START Provided records
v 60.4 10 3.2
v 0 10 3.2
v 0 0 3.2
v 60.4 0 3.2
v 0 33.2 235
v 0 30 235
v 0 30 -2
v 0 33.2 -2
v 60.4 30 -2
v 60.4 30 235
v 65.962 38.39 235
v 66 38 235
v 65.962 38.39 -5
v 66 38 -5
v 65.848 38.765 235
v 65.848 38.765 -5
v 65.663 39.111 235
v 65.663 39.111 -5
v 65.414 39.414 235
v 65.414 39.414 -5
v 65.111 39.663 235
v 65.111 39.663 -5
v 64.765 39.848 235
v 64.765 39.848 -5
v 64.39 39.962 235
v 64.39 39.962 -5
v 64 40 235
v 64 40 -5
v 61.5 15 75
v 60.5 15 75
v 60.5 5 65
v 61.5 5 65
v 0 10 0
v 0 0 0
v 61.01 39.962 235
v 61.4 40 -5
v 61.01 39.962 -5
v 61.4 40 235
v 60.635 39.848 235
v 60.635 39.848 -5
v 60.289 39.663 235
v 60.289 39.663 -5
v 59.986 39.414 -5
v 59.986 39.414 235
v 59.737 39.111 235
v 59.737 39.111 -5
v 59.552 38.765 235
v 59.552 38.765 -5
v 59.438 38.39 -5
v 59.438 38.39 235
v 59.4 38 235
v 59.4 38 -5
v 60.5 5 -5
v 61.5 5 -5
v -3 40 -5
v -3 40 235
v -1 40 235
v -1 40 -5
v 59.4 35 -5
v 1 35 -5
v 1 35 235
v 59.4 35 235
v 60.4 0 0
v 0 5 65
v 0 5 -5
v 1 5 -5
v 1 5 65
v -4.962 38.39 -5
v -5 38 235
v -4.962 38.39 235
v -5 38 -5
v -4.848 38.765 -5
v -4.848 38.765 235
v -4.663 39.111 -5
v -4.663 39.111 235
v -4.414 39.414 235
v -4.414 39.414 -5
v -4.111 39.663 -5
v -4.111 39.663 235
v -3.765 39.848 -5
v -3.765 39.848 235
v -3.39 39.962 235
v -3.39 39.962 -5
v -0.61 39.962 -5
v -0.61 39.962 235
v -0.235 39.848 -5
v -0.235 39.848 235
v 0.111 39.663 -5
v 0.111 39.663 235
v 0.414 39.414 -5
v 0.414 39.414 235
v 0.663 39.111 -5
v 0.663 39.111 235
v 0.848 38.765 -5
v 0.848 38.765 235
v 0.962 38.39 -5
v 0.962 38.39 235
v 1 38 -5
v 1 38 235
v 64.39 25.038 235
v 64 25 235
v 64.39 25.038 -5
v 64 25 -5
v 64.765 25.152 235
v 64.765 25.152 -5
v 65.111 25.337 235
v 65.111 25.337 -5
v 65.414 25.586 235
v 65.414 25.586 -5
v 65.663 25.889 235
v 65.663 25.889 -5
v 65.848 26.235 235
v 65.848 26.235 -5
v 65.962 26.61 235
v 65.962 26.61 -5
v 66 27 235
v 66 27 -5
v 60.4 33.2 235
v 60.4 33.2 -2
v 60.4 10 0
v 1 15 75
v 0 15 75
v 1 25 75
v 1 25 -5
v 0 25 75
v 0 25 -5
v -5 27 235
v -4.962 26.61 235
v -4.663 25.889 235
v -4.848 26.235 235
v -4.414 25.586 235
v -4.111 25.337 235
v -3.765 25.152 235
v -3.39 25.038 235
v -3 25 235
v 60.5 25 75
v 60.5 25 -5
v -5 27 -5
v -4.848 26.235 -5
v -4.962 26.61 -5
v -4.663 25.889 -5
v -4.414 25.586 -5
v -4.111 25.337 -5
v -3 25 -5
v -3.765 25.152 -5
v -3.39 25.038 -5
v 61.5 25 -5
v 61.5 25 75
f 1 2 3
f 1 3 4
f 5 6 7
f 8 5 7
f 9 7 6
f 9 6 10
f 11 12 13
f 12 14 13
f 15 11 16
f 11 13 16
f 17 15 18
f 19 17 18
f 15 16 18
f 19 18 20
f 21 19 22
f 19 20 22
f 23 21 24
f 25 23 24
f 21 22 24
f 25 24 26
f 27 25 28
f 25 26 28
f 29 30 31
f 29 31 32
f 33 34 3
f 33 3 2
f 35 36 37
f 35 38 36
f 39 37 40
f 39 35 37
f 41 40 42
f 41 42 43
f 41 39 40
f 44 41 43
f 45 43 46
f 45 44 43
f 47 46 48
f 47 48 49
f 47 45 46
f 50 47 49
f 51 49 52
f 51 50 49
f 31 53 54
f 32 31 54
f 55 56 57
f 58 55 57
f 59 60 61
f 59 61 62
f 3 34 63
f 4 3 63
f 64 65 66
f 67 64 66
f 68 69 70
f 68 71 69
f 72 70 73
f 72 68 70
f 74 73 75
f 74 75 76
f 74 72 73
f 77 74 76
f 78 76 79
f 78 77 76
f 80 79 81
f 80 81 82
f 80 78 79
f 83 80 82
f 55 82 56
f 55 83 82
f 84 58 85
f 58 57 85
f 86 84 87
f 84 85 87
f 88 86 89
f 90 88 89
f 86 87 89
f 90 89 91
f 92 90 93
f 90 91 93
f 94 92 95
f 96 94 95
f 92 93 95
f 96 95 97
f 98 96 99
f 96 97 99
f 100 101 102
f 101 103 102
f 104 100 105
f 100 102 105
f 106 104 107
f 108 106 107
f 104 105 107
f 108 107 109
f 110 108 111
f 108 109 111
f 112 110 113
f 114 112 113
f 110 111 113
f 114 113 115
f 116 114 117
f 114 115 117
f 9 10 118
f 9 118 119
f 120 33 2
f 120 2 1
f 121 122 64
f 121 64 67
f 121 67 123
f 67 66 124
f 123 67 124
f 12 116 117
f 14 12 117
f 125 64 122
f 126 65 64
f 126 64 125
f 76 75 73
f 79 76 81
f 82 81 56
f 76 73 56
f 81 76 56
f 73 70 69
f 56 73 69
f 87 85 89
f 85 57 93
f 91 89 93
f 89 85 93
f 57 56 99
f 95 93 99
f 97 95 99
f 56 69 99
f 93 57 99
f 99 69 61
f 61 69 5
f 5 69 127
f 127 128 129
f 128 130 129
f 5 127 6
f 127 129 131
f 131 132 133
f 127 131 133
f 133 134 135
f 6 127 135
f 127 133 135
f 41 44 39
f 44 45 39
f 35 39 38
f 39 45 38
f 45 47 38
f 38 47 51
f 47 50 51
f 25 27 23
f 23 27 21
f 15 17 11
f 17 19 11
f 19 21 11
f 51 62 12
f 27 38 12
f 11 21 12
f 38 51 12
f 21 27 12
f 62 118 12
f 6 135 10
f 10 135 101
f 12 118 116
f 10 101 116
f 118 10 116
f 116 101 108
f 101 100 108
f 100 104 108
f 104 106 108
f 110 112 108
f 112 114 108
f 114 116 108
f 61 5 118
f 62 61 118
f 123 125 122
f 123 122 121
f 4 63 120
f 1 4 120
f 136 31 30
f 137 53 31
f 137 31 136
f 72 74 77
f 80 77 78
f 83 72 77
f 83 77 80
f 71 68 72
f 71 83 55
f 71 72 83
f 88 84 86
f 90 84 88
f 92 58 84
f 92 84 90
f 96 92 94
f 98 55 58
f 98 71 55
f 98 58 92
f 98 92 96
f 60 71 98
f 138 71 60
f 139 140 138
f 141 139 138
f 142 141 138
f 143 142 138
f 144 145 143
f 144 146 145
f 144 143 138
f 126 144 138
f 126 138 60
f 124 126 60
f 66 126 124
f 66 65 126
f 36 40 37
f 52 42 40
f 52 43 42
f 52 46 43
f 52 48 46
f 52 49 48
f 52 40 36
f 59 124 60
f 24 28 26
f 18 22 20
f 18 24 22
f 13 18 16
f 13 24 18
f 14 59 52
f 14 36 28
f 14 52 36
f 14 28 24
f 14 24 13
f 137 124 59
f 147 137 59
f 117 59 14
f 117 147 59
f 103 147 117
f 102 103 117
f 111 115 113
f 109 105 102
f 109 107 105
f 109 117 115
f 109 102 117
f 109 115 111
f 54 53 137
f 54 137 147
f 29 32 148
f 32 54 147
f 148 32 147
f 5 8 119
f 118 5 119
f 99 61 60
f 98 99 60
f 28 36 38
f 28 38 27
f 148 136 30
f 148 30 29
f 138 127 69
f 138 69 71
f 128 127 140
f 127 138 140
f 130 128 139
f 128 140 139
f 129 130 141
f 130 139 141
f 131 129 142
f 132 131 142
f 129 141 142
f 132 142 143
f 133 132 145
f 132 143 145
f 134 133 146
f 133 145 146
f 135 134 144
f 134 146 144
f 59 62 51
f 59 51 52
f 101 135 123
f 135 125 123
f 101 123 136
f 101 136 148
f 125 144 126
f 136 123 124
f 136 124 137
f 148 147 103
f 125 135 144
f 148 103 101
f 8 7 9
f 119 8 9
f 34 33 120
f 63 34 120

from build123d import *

# Parameters (mm, degrees)
BOX_W                  = 60.4
BOX_H                  = 10
BOX_DEPTH              = 3.2
BOX003_W               = 60.4
BOX003_H               = 250
BOX003_DEPTH           = 3.2
BOX001_W               = 60.4
BOX001_H               = 250
BOX001_DEPTH           = 3.2
BOX004_W               = 58.4
BOX004_H               = 250
BOX004_DEPTH           = 13.2
BOX005_W               = 58.4
BOX005_H               = 250
BOX005_DEPTH           = 13.2
BOX002_W               = 71
BOX002_H               = 240
BOX002_DEPTH           = 15
CUT001_PLACEMENT_ANGLE = 270
BOX006_W               = 1
BOX006_H               = 20
BOX006_DEPTH           = 80
BOX007_W               = 1
BOX007_H               = 20
BOX007_DEPTH           = 80
FILLET_R               = 2
CHAMFER_SIZE           = 10


with BuildPart() as single_magnet:
    # Box → Box (new body)
    with BuildSketch(Plane.XY):
        with Locations((30.2, 5)):
            Rectangle(BOX_W, BOX_H)
    extrude(amount=BOX_DEPTH)


with BuildPart() as f_25_single_magnets001:
    # Box003 → Box003 (new body)
    with BuildSketch(Plane.XY):
        with Locations((30.2, 125)):
            Rectangle(BOX003_W, BOX003_H)
    extrude(amount=BOX003_DEPTH)


with BuildPart() as magnet_cutout:
    # Box001 → Box001 (new body)
    with BuildSketch(Plane(origin=(0, -5, 0), x_dir=(1, 0, 0), z_dir=(0, 0, 1))):
        with Locations((30.2, 125)):
            Rectangle(BOX001_W, BOX001_H)
    extrude(amount=BOX001_DEPTH)

    # Fusion: union 25-Single-Magnets001
    add(f_25_single_magnets001.part)


with BuildPart() as magnet_cutout_1:
    # Fusion placement: moved
    add(magnet_cutout.part.moved(Location((0, -18, 0))))


with BuildPart() as f_25_single_magnets002:
    # Box004 → Box004 (new body)
    with BuildSketch(Plane(origin=(1, 7, 0), x_dir=(1, 0, 0), z_dir=(0, 0, 1))):
        with Locations((29.2, 125)):
            Rectangle(BOX004_W, BOX004_H)
    extrude(amount=BOX004_DEPTH)


with BuildPart() as slide_cutout:
    # Box005 → Box005 (new body)
    with BuildSketch(Plane(origin=(1, -9, 0), x_dir=(1, 0, 0), z_dir=(0, 0, 1))):
        with Locations((29.2, 125)):
            Rectangle(BOX005_W, BOX005_H)
    extrude(amount=BOX005_DEPTH)

    # Fusion001: union 25-Single-Magnets002
    add(f_25_single_magnets002.part)


with BuildPart() as slide_cutout_1:
    # Fusion001 placement: moved
    add(slide_cutout.part.moved(Location((0, 0, 5))))


with BuildPart() as slide_v1:
    # Box002 → Box002 (new body)
    with BuildSketch(Plane(origin=(-5, -5, -5), x_dir=(1, 0, 0), z_dir=(0, 0, 1))):
        with Locations((35.5, 120)):
            Rectangle(BOX002_W, BOX002_H)
    extrude(amount=BOX002_DEPTH)

    # Cut: cut Slide-Cutout
    add(slide_cutout_1.part, mode=Mode.SUBTRACT)

    # Cut001: cut Magnet-Cutout
    add(magnet_cutout_1.part, mode=Mode.SUBTRACT)


with BuildPart() as slide_v1_1:
    # Cut001 placement: moved
    add(slide_v1.part.moved(Location((0, 30, 230))).rotate(Axis((0, 30, 230), (1, 0, 0)), CUT001_PLACEMENT_ANGLE))


with BuildPart() as support:
    # Box006 → Box006 (new body)
    with BuildSketch(Plane(origin=(0, 5, -5), x_dir=(1, 0, 0), z_dir=(0, 0, 1))):
        with Locations((0.5, 10)):
            Rectangle(BOX006_W, BOX006_H)
    extrude(amount=BOX006_DEPTH)


with BuildPart() as chamfer_body:
    # Box007 → Box007 (new body)
    with BuildSketch(Plane(origin=(60.5, 5, -5), x_dir=(1, 0, 0), z_dir=(0, 0, 1))):
        with Locations((0.5, 10)):
            Rectangle(BOX007_W, BOX007_H)
    extrude(amount=BOX007_DEPTH)

    # Fusion002: union Slide-V1, Support
    add(slide_v1_1.part)
    add(support.part)

    # Fillet
    fillet_edges = [chamfer_body.edges().sort_by_distance(p)[0] for p in [
        (-5, 40, 115),
        (-5, 25, 115),
        (1, 40, 109),
        (1, 40, 229),
        (66, 25, 115),
        (66, 40, 115),
        (59.4, 40, 229),
        (59.4, 40, 109),
    ]]
    fillet(fillet_edges, radius=FILLET_R)

    # Chamfer
    chamfer_edges = [chamfer_body.edges().sort_by_distance(p)[0] for p in [
        (0.5, 5, 75),
        (61, 5, 75),
    ]]
    chamfer(chamfer_edges, length=CHAMFER_SIZE)


solid = Compound([single_magnet.part, chamfer_body.part])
END Provided records
Problem - Look above for the line that contains "v 59.986 39.414 235". Starting there, transcribe every line exactly until you have copied the line that contains "v 61.5 25 75".

Task result -
v 59.986 39.414 235
v 59.737 39.111 235
v 59.737 39.111 -5
v 59.552 38.765 235
v 59.552 38.765 -5
v 59.438 38.39 -5
v 59.438 38.39 235
v 59.4 38 235
v 59.4 38 -5
v 60.5 5 -5
v 61.5 5 -5
v -3 40 -5
v -3 40 235
v -1 40 235
v -1 40 -5
v 59.4 35 -5
v 1 35 -5
v 1 35 235
v 59.4 35 235
v 60.4 0 0
v 0 5 65
v 0 5 -5
v 1 5 -5
v 1 5 65
v -4.962 38.39 -5
v -5 38 235
v -4.962 38.39 235
v -5 38 -5
v -4.848 38.765 -5
v -4.848 38.765 235
v -4.663 39.111 -5
v -4.663 39.111 235
v -4.414 39.414 235
v -4.414 39.414 -5
v -4.111 39.663 -5
v -4.111 39.663 235
v -3.765 39.848 -5
v -3.765 39.848 235
v -3.39 39.962 235
v -3.39 39.962 -5
v -0.61 39.962 -5
v -0.61 39.962 235
v -0.235 39.848 -5
v -0.235 39.848 235
v 0.111 39.663 -5
v 0.111 39.663 235
v 0.414 39.414 -5
v 0.414 39.414 235
v 0.663 39.111 -5
v 0.663 39.111 235
v 0.848 38.765 -5
v 0.848 38.765 235
v 0.962 38.39 -5
v 0.962 38.39 235
v 1 38 -5
v 1 38 235
v 64.39 25.038 235
v 64 25 235
v 64.39 25.038 -5
v 64 25 -5
v 64.765 25.152 235
v 64.765 25.152 -5
v 65.111 25.337 235
v 65.111 25.337 -5
v 65.414 25.586 235
v 65.414 25.586 -5
v 65.663 25.889 235
v 65.663 25.889 -5
v 65.848 26.235 235
v 65.848 26.235 -5
v 65.962 26.61 235
v 65.962 26.61 -5
v 66 27 235
v 66 27 -5
v 60.4 33.2 235
v 60.4 33.2 -2
v 60.4 10 0
v 1 15 75
v 0 15 75
v 1 25 75
v 1 25 -5
v 0 25 75
v 0 25 -5
v -5 27 235
v -4.962 26.61 235
v -4.663 25.889 235
v -4.848 26.235 235
v -4.414 25.586 235
v -4.111 25.337 235
v -3.765 25.152 235
v -3.39 25.038 235
v -3 25 235
v 60.5 25 75
v 60.5 25 -5
v -5 27 -5
v -4.848 26.235 -5
v -4.962 26.61 -5
v -4.663 25.889 -5
v -4.414 25.586 -5
v -4.111 25.337 -5
v -3 25 -5
v -3.765 25.152 -5
v -3.39 25.038 -5
v 61.5 25 -5
v 61.5 25 75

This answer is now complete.